Another datastructure idea

typedef struct vt_map_t {
    // Map origin regarding the **WORLD**
    int32_t x0;
    int32_t y0;
    int32_t z0;

    // Grid size of this map in (x,y,z) directions
    // No single map is bigger than 65535 in any 
    // direction, if it is, you should split it.
    int16_t nx;
    int16_t ny;
    int16_t nz;

    // Size of tile in (x,y,z) directions
    int16_t dx;
    int16_t dy;
    int16_t dz;

    // Map unique ID (UID)
    int16_t uid;
    // Map unique name (can be accessed by name too)
    // 256 - 2 for better packing
    char name[254];

    // Tile data 190MB uncompressed
    vt_tile_t tile[500][500][50];
} vt_map_t;

This idea will take around 1.5G per map uncompressed, is too much if we think we can be touching maximum of 8 maps. Of course read all the 8 maps in memory isn’t the right approach.

Reducing to the half of all 3 coordinates (500x500x50), it reduces to 190MBs uncompressed per file, that is pretty feasible even in low cost machines or mobiles.

Mayube checking the compression ratio of some sample maps (with 1000 and 500 in size) using blosc we can find a good solution.

Also think about the offset idea in tile, I think that is a good idea, even z_offset can be used to create smooth terrain changes, maybe will drop the x, y offset and let only the z offset for small terrain vertical changes.

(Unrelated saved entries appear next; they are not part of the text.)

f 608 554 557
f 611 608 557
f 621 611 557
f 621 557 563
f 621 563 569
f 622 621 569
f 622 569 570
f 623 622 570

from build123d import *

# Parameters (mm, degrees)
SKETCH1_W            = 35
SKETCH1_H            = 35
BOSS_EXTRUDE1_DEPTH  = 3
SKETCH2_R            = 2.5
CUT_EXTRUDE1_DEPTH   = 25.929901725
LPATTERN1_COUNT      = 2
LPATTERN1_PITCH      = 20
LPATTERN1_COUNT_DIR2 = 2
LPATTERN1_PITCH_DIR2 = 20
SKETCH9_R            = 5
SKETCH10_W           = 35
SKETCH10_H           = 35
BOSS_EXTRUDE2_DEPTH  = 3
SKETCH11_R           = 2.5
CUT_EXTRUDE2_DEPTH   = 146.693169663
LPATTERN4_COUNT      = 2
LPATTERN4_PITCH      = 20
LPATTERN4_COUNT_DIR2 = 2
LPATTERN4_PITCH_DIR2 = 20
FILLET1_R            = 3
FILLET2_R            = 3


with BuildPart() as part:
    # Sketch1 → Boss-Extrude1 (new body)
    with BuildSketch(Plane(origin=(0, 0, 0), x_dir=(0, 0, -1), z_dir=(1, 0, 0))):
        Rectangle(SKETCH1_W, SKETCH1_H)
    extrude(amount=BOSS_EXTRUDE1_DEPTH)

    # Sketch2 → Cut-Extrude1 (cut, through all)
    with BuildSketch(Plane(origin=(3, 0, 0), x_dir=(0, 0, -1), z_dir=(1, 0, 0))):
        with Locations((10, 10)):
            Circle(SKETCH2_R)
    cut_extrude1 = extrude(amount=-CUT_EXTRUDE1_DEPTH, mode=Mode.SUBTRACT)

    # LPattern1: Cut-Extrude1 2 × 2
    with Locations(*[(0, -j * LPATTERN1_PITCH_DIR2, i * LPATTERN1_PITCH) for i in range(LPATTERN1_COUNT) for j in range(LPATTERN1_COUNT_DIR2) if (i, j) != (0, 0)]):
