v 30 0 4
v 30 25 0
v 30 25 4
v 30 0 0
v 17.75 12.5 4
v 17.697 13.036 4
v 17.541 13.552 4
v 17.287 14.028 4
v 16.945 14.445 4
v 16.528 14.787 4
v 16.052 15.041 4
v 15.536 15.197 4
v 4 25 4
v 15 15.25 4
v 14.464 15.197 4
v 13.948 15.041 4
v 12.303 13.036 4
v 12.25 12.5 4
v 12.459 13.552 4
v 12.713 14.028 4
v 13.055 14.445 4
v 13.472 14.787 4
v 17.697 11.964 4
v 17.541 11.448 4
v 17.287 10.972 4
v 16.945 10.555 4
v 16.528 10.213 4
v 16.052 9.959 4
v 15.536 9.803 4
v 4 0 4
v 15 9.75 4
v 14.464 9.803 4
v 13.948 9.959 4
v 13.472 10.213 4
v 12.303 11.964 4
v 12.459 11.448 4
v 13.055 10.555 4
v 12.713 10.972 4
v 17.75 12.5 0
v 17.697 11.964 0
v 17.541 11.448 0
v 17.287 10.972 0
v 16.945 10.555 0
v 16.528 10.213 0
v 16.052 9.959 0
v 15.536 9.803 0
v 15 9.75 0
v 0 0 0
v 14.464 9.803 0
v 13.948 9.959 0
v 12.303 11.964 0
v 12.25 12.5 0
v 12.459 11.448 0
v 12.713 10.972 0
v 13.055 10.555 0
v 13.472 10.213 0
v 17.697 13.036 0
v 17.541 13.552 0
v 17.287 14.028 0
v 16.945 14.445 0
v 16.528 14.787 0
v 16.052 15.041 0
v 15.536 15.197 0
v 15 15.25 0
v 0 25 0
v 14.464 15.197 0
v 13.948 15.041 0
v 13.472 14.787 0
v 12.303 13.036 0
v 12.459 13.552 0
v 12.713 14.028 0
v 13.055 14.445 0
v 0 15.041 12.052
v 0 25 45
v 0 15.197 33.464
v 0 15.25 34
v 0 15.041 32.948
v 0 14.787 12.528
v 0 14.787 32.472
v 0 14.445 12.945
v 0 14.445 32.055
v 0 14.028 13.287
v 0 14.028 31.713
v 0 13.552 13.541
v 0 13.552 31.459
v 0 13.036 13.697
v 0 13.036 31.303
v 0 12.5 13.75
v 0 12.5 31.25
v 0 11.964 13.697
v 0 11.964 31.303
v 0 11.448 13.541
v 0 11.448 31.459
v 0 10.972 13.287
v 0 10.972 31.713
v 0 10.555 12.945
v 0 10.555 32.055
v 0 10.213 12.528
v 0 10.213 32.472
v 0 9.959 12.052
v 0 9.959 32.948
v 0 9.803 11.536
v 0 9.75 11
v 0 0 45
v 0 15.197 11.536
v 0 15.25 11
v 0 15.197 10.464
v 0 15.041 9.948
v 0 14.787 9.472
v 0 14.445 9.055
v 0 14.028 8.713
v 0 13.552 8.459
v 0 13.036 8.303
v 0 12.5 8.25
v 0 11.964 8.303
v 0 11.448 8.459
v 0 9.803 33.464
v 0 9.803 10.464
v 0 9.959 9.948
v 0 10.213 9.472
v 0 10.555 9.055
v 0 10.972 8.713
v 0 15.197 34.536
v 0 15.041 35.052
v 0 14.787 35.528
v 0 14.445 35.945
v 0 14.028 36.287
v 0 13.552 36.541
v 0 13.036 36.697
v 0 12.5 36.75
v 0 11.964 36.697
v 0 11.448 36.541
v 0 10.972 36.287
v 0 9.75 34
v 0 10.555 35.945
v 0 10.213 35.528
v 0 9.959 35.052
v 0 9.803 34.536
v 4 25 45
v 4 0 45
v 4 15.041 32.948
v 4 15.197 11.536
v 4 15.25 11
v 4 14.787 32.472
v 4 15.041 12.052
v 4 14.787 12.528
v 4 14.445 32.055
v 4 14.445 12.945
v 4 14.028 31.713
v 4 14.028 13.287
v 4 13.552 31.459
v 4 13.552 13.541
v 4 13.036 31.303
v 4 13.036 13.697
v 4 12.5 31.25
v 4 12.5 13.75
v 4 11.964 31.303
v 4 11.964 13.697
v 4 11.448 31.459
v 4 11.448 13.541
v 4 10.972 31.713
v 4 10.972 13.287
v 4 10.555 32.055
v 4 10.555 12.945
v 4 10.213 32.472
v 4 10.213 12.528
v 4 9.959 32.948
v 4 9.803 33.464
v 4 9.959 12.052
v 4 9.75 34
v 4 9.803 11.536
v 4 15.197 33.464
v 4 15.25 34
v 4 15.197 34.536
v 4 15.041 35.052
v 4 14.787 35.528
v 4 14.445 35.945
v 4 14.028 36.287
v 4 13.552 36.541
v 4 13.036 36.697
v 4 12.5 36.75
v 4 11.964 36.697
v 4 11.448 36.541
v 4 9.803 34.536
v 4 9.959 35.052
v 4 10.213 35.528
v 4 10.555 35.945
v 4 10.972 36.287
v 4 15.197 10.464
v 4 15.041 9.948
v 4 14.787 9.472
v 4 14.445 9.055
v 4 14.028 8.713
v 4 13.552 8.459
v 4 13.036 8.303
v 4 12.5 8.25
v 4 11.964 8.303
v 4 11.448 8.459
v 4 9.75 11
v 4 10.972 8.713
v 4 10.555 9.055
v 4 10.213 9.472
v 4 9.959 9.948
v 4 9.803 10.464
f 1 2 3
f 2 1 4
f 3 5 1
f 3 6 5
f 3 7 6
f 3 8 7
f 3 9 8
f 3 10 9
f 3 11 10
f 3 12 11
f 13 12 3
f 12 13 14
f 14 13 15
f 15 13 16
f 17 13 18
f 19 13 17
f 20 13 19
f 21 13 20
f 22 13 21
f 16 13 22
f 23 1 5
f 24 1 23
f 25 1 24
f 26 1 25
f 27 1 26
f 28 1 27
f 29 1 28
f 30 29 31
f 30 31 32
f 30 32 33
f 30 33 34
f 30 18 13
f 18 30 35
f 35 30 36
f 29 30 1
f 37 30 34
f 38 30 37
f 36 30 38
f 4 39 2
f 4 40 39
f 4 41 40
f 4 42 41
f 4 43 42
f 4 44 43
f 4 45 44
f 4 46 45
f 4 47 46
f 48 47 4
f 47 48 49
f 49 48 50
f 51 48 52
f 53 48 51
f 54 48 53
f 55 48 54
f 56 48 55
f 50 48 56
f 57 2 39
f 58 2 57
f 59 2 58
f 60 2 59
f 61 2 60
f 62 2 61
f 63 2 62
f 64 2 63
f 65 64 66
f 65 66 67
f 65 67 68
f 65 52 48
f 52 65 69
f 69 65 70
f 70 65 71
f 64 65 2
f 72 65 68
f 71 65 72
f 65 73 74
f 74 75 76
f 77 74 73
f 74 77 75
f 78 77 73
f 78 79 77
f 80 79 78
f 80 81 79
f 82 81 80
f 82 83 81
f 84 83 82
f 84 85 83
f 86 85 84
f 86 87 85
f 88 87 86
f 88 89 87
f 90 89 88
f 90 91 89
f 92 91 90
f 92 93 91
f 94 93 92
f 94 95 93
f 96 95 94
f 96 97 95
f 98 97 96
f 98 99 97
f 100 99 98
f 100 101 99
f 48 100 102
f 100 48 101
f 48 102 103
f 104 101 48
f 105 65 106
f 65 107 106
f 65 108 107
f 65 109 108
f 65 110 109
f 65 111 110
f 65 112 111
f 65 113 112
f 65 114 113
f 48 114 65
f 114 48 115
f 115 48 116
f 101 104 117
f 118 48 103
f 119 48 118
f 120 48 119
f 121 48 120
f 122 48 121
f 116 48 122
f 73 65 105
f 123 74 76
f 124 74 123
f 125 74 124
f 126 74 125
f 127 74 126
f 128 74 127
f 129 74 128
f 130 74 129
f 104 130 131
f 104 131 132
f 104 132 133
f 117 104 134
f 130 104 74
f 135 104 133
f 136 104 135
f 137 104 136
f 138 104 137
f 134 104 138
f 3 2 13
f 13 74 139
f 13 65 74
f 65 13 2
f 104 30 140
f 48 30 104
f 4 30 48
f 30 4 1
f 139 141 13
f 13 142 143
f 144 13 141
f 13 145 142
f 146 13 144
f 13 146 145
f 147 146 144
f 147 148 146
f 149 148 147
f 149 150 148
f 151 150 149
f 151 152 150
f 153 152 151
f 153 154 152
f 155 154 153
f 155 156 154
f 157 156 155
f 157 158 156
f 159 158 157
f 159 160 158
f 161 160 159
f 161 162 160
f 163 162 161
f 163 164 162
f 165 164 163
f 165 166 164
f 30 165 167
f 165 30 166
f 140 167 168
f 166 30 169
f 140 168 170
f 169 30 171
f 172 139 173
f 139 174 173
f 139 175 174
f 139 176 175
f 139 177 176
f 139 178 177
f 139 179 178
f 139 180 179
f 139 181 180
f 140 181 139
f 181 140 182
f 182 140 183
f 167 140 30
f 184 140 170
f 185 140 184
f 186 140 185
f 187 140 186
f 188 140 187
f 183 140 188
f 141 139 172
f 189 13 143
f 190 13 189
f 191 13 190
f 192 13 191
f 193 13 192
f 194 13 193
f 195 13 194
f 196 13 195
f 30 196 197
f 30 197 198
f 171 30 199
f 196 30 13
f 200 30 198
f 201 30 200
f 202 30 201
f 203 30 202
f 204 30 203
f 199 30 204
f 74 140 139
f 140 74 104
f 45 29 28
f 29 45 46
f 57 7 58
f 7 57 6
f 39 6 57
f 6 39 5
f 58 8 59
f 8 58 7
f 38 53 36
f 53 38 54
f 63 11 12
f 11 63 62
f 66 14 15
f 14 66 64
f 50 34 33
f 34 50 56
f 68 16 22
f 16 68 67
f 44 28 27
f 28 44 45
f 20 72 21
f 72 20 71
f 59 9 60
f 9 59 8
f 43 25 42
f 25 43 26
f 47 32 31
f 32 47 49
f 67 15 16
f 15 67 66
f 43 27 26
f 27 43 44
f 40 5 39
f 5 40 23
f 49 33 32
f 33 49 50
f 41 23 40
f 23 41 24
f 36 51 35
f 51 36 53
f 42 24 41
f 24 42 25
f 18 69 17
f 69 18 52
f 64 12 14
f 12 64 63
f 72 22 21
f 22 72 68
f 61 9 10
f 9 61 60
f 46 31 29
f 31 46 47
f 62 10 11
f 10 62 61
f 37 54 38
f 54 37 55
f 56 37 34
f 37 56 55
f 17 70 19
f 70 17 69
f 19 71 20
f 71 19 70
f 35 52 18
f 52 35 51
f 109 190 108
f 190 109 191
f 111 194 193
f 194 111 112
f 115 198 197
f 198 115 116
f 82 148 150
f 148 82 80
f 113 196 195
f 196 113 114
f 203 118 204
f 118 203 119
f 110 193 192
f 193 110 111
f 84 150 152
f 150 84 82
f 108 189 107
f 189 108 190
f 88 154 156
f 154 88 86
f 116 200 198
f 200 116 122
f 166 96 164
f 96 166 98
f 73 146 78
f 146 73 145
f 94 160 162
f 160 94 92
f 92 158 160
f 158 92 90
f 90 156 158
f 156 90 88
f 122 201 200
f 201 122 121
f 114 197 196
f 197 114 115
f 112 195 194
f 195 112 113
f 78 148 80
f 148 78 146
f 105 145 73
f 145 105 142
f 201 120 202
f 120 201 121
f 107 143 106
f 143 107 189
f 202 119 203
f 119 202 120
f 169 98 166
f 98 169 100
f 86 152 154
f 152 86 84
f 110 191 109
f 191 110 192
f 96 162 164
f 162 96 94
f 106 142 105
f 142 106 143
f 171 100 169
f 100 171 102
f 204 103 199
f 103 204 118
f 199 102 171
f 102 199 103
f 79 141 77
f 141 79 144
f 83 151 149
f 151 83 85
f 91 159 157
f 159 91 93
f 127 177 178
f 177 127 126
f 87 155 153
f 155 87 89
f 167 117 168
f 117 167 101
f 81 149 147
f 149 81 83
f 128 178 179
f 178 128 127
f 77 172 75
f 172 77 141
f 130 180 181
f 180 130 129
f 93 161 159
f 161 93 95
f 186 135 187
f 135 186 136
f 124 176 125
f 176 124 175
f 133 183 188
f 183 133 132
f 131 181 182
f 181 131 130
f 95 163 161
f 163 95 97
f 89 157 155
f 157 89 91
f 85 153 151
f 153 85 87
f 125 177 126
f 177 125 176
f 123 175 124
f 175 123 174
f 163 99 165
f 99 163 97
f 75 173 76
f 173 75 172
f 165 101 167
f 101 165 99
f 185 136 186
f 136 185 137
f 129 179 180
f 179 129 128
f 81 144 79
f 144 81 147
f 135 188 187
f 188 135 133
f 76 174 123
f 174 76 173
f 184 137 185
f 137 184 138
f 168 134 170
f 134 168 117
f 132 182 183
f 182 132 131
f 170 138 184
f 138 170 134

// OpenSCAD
$fn = 32;

// ----------------------------------------------------------------------
// L-bracket: 30 x 25 x 45 mm
// ----------------------------------------------------------------------

// --- parameters (mm) ---
run_out = 30;             // horizontal leg, X
rise = 45;                // vertical leg, Z
bracket_w = 25;           // bracket depth, Y
sheet_t = 4;              // plate thickness
hole_d = 5.5;             // clearance for M5

module hole_z(px, py) {
  translate([px, py, -0.5]) cylinder(h = sheet_t + 1, d = hole_d);
}
module hole_x(pz, py) {
  translate([-0.5, py, pz]) rotate([0, 90, 0]) cylinder(h = sheet_t + 1, d = hole_d);
}

difference() {
  union() {
    /* horizontal leg */
    cube([run_out, bracket_w, sheet_t]);
    /* vertical leg, overlapping the corner block */
    cube([sheet_t, bracket_w, rise]);
  }
  hole_z(15, 12.5);
  hole_x(11, 12.5);
  hole_x(34, 12.5);
}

Also, maybe pack the tile and prop values into a small pack as defined in Bit packing and The lost art of C structure packing.

Results

Need to test stuff not just chitchat and add some data

Conclusions

Here some conclusions

Questions

  1. How to optimize the data structure for cache locality?

  2. How to serialize the data on disk since tiles are unknown and prop too?

  3. I can fix the number of props over a tile for a small qantity for example 8, I think that isn’t so limiting, but it will create a waste of memory since IMHO most of time (like 90%) it will have 0 or 1 prop over a tile.

  4. Is there better ways to organize data to achieve the same design results?

  5. For open spaces will not be to “draw” too much emptyness?

  6. How make props stay near the tile without too much memory expanse?